Use search to filter prompts before selecting for easier bulk actions.
In each tab, you’ll find these available batch actions: From Active tab:
  • Assign Tags: Add tags to multiple prompts simultaneously.
  • Assign Topics: Move prompts to different topics (one topic per prompt).
  • Deactivate: Turn multiple prompts inactive while still preserving data.
From Inactive tab:
  • Assign Tags and Topics: Same as above.
  • Activate: Restore prompts to active status.
  • Delete: Permanently remove prompts and all associated data. Only use if absolutely necessary.
Understanding prompt states:
  • Active: We run the prompt against AI models once a day and include it in analytics.
  • Inactive: We don’t run it anymore but keep all chat history and sources in analytics.
  • Deleted: We remove everything associated with that prompt and act like it never existed.

Add your tags and topics

Add Tags And Topics Gi Both tags and topics help you organize prompts, but they work differently and serve complementary purposes. Tags let you add multiple labels for analysis, while topics group prompts into folders and generate better prompt suggestions based on your chosen topics.

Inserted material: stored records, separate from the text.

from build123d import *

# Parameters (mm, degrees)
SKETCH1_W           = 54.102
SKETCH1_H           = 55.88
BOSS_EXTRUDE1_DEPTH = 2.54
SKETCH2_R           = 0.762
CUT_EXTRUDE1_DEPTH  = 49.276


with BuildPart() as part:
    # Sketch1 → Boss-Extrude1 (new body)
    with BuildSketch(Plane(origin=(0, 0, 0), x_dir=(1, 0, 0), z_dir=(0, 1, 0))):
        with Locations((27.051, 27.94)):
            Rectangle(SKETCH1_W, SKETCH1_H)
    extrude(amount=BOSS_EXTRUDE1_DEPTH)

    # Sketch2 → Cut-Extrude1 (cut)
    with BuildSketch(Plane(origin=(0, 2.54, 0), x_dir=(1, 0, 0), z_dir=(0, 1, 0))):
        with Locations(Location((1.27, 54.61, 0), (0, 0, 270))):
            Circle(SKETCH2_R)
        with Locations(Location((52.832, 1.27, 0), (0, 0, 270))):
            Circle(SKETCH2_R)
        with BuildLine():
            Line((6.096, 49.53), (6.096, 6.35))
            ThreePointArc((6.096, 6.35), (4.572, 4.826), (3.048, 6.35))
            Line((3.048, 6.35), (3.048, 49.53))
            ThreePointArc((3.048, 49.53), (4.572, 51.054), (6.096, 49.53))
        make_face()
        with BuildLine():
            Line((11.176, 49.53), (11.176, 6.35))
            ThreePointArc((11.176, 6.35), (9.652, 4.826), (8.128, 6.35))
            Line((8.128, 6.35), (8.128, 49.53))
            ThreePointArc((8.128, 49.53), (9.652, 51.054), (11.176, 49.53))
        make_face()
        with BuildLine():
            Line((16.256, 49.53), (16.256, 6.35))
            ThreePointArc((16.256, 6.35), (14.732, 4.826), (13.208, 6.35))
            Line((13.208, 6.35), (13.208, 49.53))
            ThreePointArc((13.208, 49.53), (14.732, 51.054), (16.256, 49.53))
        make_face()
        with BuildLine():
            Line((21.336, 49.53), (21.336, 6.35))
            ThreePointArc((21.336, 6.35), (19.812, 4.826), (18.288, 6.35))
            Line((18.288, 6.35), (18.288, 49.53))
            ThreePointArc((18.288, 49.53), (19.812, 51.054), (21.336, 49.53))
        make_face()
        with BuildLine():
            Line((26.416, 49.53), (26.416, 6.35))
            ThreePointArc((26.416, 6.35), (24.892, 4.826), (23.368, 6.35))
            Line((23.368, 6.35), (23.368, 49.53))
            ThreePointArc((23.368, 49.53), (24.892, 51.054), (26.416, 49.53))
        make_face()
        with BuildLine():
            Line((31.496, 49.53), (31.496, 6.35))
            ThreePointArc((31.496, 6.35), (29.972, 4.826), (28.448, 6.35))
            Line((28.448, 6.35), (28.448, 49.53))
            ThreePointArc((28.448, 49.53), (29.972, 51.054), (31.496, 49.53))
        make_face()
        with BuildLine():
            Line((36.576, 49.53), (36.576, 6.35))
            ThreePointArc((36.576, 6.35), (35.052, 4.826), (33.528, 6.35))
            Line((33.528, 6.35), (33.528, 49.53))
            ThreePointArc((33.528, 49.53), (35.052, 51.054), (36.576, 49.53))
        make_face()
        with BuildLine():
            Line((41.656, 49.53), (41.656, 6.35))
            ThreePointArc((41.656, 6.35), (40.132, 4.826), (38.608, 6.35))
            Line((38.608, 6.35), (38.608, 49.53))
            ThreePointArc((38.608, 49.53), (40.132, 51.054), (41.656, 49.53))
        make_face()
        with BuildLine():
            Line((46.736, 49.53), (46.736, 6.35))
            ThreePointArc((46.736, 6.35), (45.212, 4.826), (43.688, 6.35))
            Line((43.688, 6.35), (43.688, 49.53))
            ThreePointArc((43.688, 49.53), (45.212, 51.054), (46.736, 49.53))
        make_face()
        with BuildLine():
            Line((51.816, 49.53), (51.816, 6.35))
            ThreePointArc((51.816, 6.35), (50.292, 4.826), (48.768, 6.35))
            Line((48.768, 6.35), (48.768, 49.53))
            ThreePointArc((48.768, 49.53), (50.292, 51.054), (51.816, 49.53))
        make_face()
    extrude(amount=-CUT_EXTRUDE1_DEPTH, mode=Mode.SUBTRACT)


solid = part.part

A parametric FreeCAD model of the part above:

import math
import FreeCAD as App
import Part
import Sketcher
from FreeCAD import Vector
Q = App.Units.Quantity

doc = App.newDocument("Part")
params = doc.addObject("Spreadsheet::Sheet", "Params")
for row, (alias, value) in enumerate([
    ("sketch1_height", "2.2 in"),
    ("sketch1_width", "2.13 in"),
    ("pad1_length", "0.1 in"),
    ("sketch2_diameter", "0.06 in"),
    ("sketch2_radius", "0.06 in"),
    ("sketch2_height", "1.7 in"),
    ("pocket1_length", "1.94 in"),
], start=1):
    params.set(f"A{row}", alias)
    params.set(f"B{row}", "=" + value)
    params.setAlias(f"B{row}", alias)

body = doc.addObject("PartDesign::Body", "Body")

sketch1 = body.newObject("Sketcher::SketchObject", "Sketch")
sketch1.AttachmentSupport = (doc.getObject("XZ_Plane"), [""])
sketch1.MapMode = "FlatFace"
sketch1.addGeometry([
    Part.LineSegment(Vector(0, -56, 0), Vector(0, 0, 0)),
    Part.LineSegment(Vector(0, 0, 0), Vector(54, 0, 0)),
    Part.LineSegment(Vector(54, 0, 0), Vector(54, -56, 0)),
    Part.LineSegment(Vector(54, -56, 0), Vector(0, -56, 0)),
], False)
sketch1.addConstraint([
    Sketcher.Constraint("Coincident", 0, 2, 1, 1),
    Sketcher.Constraint("Coincident", 1, 2, 2, 1),
    Sketcher.Constraint("Coincident", 2, 2, 3, 1),
    Sketcher.Constraint("Coincident", 3, 2, 0, 1),
    Sketcher.Constraint("Vertical", 0),
    Sketcher.Constraint("Horizontal", 1),
    Sketcher.Constraint("Vertical", 2),
    Sketcher.Constraint("Horizontal", 3),
    Sketcher.Constraint("Coincident", 0, 2, -1, 1),
    Sketcher.Constraint("DistanceY", 0, 1, 0, 2, Q("2.2 in")),
    Sketcher.Constraint("DistanceX", 1, 1, 1, 2, Q("2.13 in")),
])
sketch1.setExpression("Constraints[9]", "Params.sketch1_height")
sketch1.setExpression("Constraints[10]", "Params.sketch1_width")
pad1 = body.newObject("PartDesign::Pad", "Pad")
pad1.Profile = sketch1
pad1.setExpression("Length", "Params.pad1_length")
pad1.Reversed = True

sketch2 = body.newObject("Sketcher::SketchObject", "Sketch001")
sketch2.AttachmentSupport = (doc.getObject("XZ_Plane"), [""])
sketch2.MapMode = "FlatFace"
sketch2.AttachmentOffset = App.Placement(Vector(0, 0, -0.1 * 25.4), App.Rotation())
sketch2.addGeometry([
    Part.Circle(Vector(1.3, -54.6, 0), Vector(0, 0, 1), 0.8),
    Part.Circle(Vector(52.8, -1.3, 0), Vector(0, 0, 1), 0.8),
    Part.LineSegment(Vector(6.1, -6.3, 0), Vector(6.1, -49.5, 0)),
    Part.ArcOfCircle(Part.Circle(Vector(4.6, -49.5, 0), Vector(0, 0, 1), 1.5), math.radians(180), math.radians(360)),
    Part.LineSegment(Vector(3, -49.5, 0), Vector(3, -6.3, 0)),
    Part.ArcOfCircle(Part.Circle(Vector(4.6, -6.3, 0), Vector(0, 0, 1), 1.5), math.radians(0), math.radians(180)),
    Part.LineSegment(Vector(11.2, -6.3, 0), Vector(11.2, -49.5, 0)),
    Part.ArcOfCircle(Part.Circle(Vector(9.7, -49.5, 0), Vector(0, 0, 1), 1.5), math.radians(180), math.radians(360)),
    Part.LineSegment(Vector(8.1, -49.5, 0), Vector(8.1, -6.3, 0)),
    Part.ArcOfCircle(Part.Circle(Vector(9.7, -6.3, 0), Vector(0, 0, 1), 1.5), math.radians(0), math.radians(180)),
    Part.LineSegment(Vector(16.3, -6.3, 0), Vector(16.3, -49.5, 0)),
    Part.ArcOfCircle(Part.Circle(Vector(14.7, -49.5, 0), Vector(0, 0, 1), 1.5), math.radians(180), math.radians(360)),
    Part.LineSegment(Vector(13.2, -49.5, 0), Vector(13.2, -6.3, 0)),
    Part.ArcOfCircle(Part.Circle(Vector(14.7, -6.3, 0), Vector(0, 0, 1), 1.5), math.radians(0), math.radians(180)),
    Part.LineSegment(Vector(21.3, -6.3, 0), Vector(21.3, -49.5, 0)),
    Part.ArcOfCircle(Part.Circle(Vector(19.8, -49.5, 0), Vector(0, 0, 1), 1.5), math.radians(180), math.radians(360)),
    Part.LineSegment(Vector(18.3, -49.5, 0), Vector(18.3, -6.3, 0)),
    Part.ArcOfCircle(Part.Circle(Vector(19.8, -6.3, 0), Vector(0, 0, 1), 1.5), math.radians(0), math.radians(180)),
    Part.LineSegment(Vector(26.4, -6.3, 0), Vector(26.4, -49.5, 0)),
    Part.ArcOfCircle(Part.Circle(Vector(24.9, -49.5, 0), Vector(0, 0, 1), 1.5), math.radians(180), math.radians(360)),
    Part.LineSegment(Vector(23.4, -49.5, 0), Vector(23.4, -6.3, 0)),
    Part.ArcOfCircle(Part.Circle(Vector(24.9, -6.3, 0), Vector(0, 0, 1), 1.5), math.radians(0), math.radians(180)),
    Part.LineSegment(Vector(31.5, -6.3, 0), Vector(31.5, -49.5, 0)),
    Part.ArcOfCircle(Part.Circle(Vector(30, -49.5, 0), Vector(0, 0, 1), 1.5), math.radians(180), math.radians(360)),
    Part.LineSegment(Vector(28.4, -49.5, 0), Vector(28.4, -6.3, 0)),
    Part.ArcOfCircle(Part.Circle(Vector(30, -6.3, 0), Vector(0, 0, 1), 1.5), math.radians(0), math.radians(180)),
    Part.LineSegment(Vector(36.6, -6.3, 0), Vector(36.6, -49.5, 0)),
    Part.ArcOfCircle(Part.Circle(Vector(35.1, -49.5, 0), Vector(0, 0, 1), 1.5), math.radians(180), math.radians(360)),
    Part.LineSegment(Vector(33.5, -49.5, 0), Vector(33.5, -6.3, 0)),
    Part.ArcOfCircle(Part.Circle(Vector(35.1, -6.3, 0), Vector(0, 0, 1), 1.5), math.radians(0), math.radians(180)),
    Part.LineSegment(Vector(41.7, -6.3, 0), Vector(41.7, -49.5, 0)),
    Part.ArcOfCircle(Part.Circle(Vector(40.1, -49.5, 0), Vector(0, 0, 1), 1.5), math.radians(180), math.radians(360)),
    Part.LineSegment(Vector(38.6, -49.5, 0), Vector(38.6, -6.3, 0)),
    Part.ArcOfCircle(Part.Circle(Vector(40.1, -6.3, 0), Vector(0, 0, 1), 1.5), math.radians(0), math.radians(180)),
    Part.LineSegment(Vector(46.7, -6.3, 0), Vector(46.7, -49.5, 0)),
    Part.ArcOfCircle(Part.Circle(Vector(45.2, -49.5, 0), Vector(0, 0, 1), 1.5), math.radians(180), math.radians(360)),
    Part.LineSegment(Vector(43.7, -49.5, 0), Vector(43.7, -6.3, 0)),
    Part.ArcOfCircle(Part.Circle(Vector(45.2, -6.3, 0), Vector(0, 0, 1), 1.5), math.radians(0), math.radians(180)),
    Part.LineSegment(Vector(51.8, -6.3, 0), Vector(51.8, -49.5, 0)),
    Part.ArcOfCircle(Part.Circle(Vector(50.3, -49.5, 0), Vector(0, 0, 1), 1.5), math.radians(180), math.radians(360)),
    Part.LineSegment(Vector(48.8, -49.5, 0), Vector(48.8, -6.3, 0)),
    Part.ArcOfCircle(Part.Circle(Vector(50.3, -6.3, 0), Vector(0, 0, 1), 1.5), math.radians(0), math.radians(180)),
], False)
sketch2.addConstraint([
    Sketcher.Constraint("Tangent", 2, 2, 3, 2),
    Sketcher.Constraint("Tangent", 3, 1, 4, 1),
    Sketcher.Constraint("Tangent", 4, 2, 5, 2),
    Sketcher.Constraint("Tangent", 5, 1, 2, 1),
    Sketcher.Constraint("Tangent", 6, 2, 7, 2),
    Sketcher.Constraint("Tangent", 7, 1, 8, 1),
    Sketcher.Constraint("Tangent", 8, 2, 9, 2),
    Sketcher.Constraint("Tangent", 9, 1, 6, 1),
    Sketcher.Constraint("Tangent", 10, 2, 11, 2),
    Sketcher.Constraint("Tangent", 11, 1, 12, 1),
    Sketcher.Constraint("Tangent", 12, 2, 13, 2),
    Sketcher.Constraint("Tangent", 13, 1, 10, 1),
    Sketcher.Constraint("Tangent", 14, 2, 15, 2),
    Sketcher.Constraint("Tangent", 15, 1, 16, 1),
    Sketcher.Constraint("Tangent", 16, 2, 17, 2),
    Sketcher.Constraint("Tangent", 17, 1, 14, 1),
    Sketcher.Constraint("Tangent", 18, 2, 19, 2),
    Sketcher.Constraint("Tangent", 19, 1, 20, 1),
    Sketcher.Constraint("Tangent", 20, 2, 21, 2),
    Sketcher.Constraint("Tangent", 21, 1, 18, 1),
    Sketcher.Constraint("Tangent", 22, 2, 23, 2),
    Sketcher.Constraint("Tangent", 23, 1, 24, 1),
    Sketcher.Constraint("Tangent", 24, 2, 25, 2),
    Sketcher.Constraint("Tangent", 25, 1, 22, 1),
    Sketcher.Constraint("Tangent", 26, 2, 27, 2),
    Sketcher.Constraint("Tangent", 27, 1, 28, 1),
    Sketcher.Constraint("Tangent", 28, 2, 29, 2),
    Sketcher.Constraint("Tangent", 29, 1, 26, 1),
    Sketcher.Constraint("Tangent", 30, 2, 31, 2),
    Sketcher.Constraint("Tangent", 31, 1, 32, 1),
    Sketcher.Constraint("Tangent", 32, 2, 33, 2),
    Sketcher.Constraint("Tangent", 33, 1, 30, 1),
    Sketcher.Constraint("Tangent", 34, 2, 35, 2),
    Sketcher.Constraint("Tangent", 35, 1, 36, 1),
    Sketcher.Constraint("Tangent", 36, 2, 37, 2),
    Sketcher.Constraint("Tangent", 37, 1, 34, 1),
    Sketcher.Constraint("Tangent", 38, 2, 39, 2),
    Sketcher.Constraint("Tangent", 39, 1, 40, 1),
    Sketcher.Constraint("Tangent", 40, 2, 41, 2),
    Sketcher.Constraint("Tangent", 41, 1, 38, 1),
    Sketcher.Constraint("Vertical", 2),
    Sketcher.Constraint("Vertical", 4),
    Sketcher.Constraint("Vertical", 6),
    Sketcher.Constraint("Vertical", 8),
    Sketcher.Constraint("Vertical", 10),
    Sketcher.Constraint("Vertical", 12),
    Sketcher.Constraint("Vertical", 14),
    Sketcher.Constraint("Vertical", 16),
    Sketcher.Constraint("Vertical", 18),
    Sketcher.Constraint("Vertical", 20),
    Sketcher.Constraint("Vertical", 22),
    Sketcher.Constraint("Vertical", 24),
    Sketcher.Constraint("Vertical", 26),
    Sketcher.Constraint("Vertical", 28),
    Sketcher.Constraint("Vertical", 30),
    Sketcher.Constraint("Vertical", 32),
    Sketcher.Constraint("Vertical", 34),
    Sketcher.Constraint("Vertical", 36),
    Sketcher.Constraint("Vertical", 38),
    Sketcher.Constraint("Vertical", 40),
    Sketcher.Constraint("Equal", 0, 1),
    Sketcher.Constraint("Equal", 5, 7),
    Sketcher.Constraint("Equal", 9, 11),
    Sketcher.Constraint("Equal", 13, 15),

Understanding tags vs topics

Tags: One prompt can have multiple tags. For example: “email-marketing,” “enterprise,” “decision-stage,” “q4-campaign.” Tags give you flexible categorization for analysis:
  • Filter by single tags or combinations (with AND/OR conditions)
  • Compare performance across categories
  • Export data by tag groups
  • Handle overlapping attributes (one prompt can be both “enterprise” and “decision-stage”)
Topics: Each prompt can belong to only one topic. For example: “CRM Software,” “Email Marketing Tools,” “Project Management.” When you view your prompts, you’ll see them grouped by topics. Each prompt within that topic might have several tags (or no tags). Prompts without topics show under No Topic folder. Using topics, you can:
  • Track visibility at the topic level.
  • Generate new prompt variations based on topics.
  • Filter and segment prompts more effectively.
TLDR: Tags vs Topics
  • Tags: Multiple per prompt, flexible filtering (like Gmail labels).
  • Topics: One per prompt, visual folders (like file folders).